** EXERCISE BRIEF **
From the line with "v17 (-8.265544,0,-10.816343)" through the line with "A parametric FreeCAD", repeat the entries verbatim, both end lines included, and add nothing.

Data items:
□ □ □ □ □
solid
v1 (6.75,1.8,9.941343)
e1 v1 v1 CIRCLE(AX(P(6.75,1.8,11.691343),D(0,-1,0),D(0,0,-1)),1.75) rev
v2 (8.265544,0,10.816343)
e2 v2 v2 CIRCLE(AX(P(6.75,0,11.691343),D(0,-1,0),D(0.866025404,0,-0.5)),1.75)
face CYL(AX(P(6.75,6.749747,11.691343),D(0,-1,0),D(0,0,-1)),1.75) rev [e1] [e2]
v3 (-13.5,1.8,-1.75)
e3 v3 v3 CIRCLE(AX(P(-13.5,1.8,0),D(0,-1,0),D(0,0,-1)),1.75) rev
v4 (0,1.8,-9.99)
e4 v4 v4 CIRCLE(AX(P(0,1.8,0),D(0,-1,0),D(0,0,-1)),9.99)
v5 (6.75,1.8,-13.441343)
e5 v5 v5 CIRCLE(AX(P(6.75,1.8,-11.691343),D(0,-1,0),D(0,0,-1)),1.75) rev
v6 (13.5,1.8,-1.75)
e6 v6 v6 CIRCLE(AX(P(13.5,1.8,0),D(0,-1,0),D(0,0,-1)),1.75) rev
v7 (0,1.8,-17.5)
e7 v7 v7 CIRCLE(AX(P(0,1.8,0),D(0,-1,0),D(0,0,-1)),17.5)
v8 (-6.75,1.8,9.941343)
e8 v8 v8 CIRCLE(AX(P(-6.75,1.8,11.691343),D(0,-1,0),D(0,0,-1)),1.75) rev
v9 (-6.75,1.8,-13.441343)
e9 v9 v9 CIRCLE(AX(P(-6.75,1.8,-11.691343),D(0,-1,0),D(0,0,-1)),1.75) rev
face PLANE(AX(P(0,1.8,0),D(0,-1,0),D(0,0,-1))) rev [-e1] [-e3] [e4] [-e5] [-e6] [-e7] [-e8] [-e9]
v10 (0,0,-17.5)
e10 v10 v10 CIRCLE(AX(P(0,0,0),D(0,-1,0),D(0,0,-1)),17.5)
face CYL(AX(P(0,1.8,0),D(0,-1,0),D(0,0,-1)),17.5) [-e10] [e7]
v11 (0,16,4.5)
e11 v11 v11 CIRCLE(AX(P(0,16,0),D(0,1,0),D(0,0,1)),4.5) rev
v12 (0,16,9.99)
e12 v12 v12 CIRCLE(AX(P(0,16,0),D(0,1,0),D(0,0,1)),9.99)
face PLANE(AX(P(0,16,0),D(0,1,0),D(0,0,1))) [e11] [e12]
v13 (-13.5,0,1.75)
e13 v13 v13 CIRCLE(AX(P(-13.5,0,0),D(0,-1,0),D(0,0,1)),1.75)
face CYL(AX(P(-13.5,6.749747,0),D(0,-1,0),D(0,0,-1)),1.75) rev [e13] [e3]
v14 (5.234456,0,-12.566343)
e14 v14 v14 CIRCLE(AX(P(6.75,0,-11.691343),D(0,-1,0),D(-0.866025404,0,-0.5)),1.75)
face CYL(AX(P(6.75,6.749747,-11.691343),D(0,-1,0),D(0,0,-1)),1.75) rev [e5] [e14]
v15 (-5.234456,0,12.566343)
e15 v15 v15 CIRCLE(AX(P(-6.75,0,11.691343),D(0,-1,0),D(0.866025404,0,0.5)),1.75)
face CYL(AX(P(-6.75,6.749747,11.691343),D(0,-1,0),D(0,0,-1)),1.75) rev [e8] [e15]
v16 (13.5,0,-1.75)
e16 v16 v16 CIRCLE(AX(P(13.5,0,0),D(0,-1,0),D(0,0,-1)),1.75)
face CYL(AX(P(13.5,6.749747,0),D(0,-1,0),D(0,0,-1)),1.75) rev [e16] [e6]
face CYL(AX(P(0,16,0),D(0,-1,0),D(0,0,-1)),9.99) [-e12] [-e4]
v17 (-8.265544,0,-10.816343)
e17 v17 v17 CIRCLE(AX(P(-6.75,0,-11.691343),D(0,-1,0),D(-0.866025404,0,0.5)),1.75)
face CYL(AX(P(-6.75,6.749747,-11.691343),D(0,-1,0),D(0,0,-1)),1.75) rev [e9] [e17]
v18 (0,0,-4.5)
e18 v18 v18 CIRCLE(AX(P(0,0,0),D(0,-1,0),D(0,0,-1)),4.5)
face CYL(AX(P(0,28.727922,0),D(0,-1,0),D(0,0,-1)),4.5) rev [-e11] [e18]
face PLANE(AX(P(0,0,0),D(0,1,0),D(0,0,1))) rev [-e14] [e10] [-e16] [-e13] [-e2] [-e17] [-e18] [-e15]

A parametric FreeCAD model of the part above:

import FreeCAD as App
import Part
import Sketcher
from FreeCAD import Vector

doc = App.newDocument("Part")
body = doc.addObject("PartDesign::Body", "Body")

# Sketch on XZ plane
sketch1 = body.newObject("Sketcher::SketchObject", "Sketch")
sketch1.AttachmentSupport = (doc.getObject("XZ_Plane"), [""])
sketch1.MapMode = "FlatFace"
sketch1.addGeometry(Part.Circle(Vector(0, 0, 0), Vector(0, 0, 1), 10), False)
sketch1.addConstraint([
    Sketcher.Constraint("Coincident", 0, 3, -1, 1),
    Sketcher.Constraint("Diameter", 0, 19.98),
])
pad1 = body.newObject("PartDesign::Pad", "Pad")
pad1.Profile = sketch1
pad1.Length = 16
pad1.Reversed = True

# Sketch on XZ plane
sketch2 = body.newObject("Sketcher::SketchObject", "Sketch001")
sketch2.AttachmentSupport = (doc.getObject("XZ_Plane"), [""])
sketch2.MapMode = "FlatFace"
sketch2.addGeometry(Part.Circle(Vector(0, 0, 0), Vector(0, 0, 1), 18), False)
sketch2.addConstraint([
    Sketcher.Constraint("Coincident", 0, 3, -1, 1),
    Sketcher.Constraint("Diameter", 0, 35.0),
])
pad2 = body.newObject("PartDesign::Pad", "Pad001")
pad2.Profile = sketch2
pad2.Length = 1.8
pad2.Reversed = True

# Sketch on XZ plane
sketch3 = body.newObject("Sketcher::SketchObject", "Sketch002")
sketch3.AttachmentSupport = (doc.getObject("XZ_Plane"), [""])
sketch3.MapMode = "FlatFace"
sketch3.addGeometry(Part.Circle(Vector(0, 0, 0), Vector(0, 0, 1), 4.5), False)
sketch3.addConstraint([
    Sketcher.Constraint("Coincident", 0, 3, -1, 1),
    Sketcher.Constraint("Diameter", 0, 9.0),
])
pocket1 = body.newObject("PartDesign::Pocket", "Pocket")
pocket1.Profile = sketch3
pocket1.Length = 16

# Sketch on XZ plane
sketch4 = body.newObject("Sketcher::SketchObject", "Sketch003")
sketch4.AttachmentSupport = (doc.getObject("XZ_Plane"), [""])
sketch4.MapMode = "FlatFace"
sketch4.addGeometry(Part.Circle(Vector(13.5, 0, 0), Vector(0, 0, 1), 1.8), False)
sketch4.addConstraint([
    Sketcher.Constraint("PointOnObject", 0, 3, -1),
    Sketcher.Constraint("Diameter", 0, 3.5),
    Sketcher.Constraint("DistanceX", -1, 1, 0, 3, 13.5),
])
pocket2 = body.newObject("PartDesign::Pocket", "Pocket001")
pocket2.Profile = sketch4
pocket2.Length = 1.8
doc.recompute()

polarpattern = body.newObject("PartDesign::PolarPattern", "PolarPattern")
polarpattern.Originals = [pocket2]
polarpattern.Axis = (doc.getObject("Y_Axis"), [""])
polarpattern.Angle = 360
polarpattern.Occurrences = 6
body.Tip = polarpattern

doc.recompute()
□ □ □ □ □
** REPLY TO THE EXERCISE **
v17 (-8.265544,0,-10.816343)
e17 v17 v17 CIRCLE(AX(P(-6.75,0,-11.691343),D(0,-1,0),D(-0.866025404,0,0.5)),1.75)
face CYL(AX(P(-6.75,6.749747,-11.691343),D(0,-1,0),D(0,0,-1)),1.75) rev [e9] [e17]
v18 (0,0,-4.5)
e18 v18 v18 CIRCLE(AX(P(0,0,0),D(0,-1,0),D(0,0,-1)),4.5)
face CYL(AX(P(0,28.727922,0),D(0,-1,0),D(0,0,-1)),4.5) rev [-e11] [e18]
face PLANE(AX(P(0,0,0),D(0,1,0),D(0,0,1))) rev [-e14] [e10] [-e16] [-e13] [-e2] [-e17] [-e18] [-e15]

A parametric FreeCAD model of the part above:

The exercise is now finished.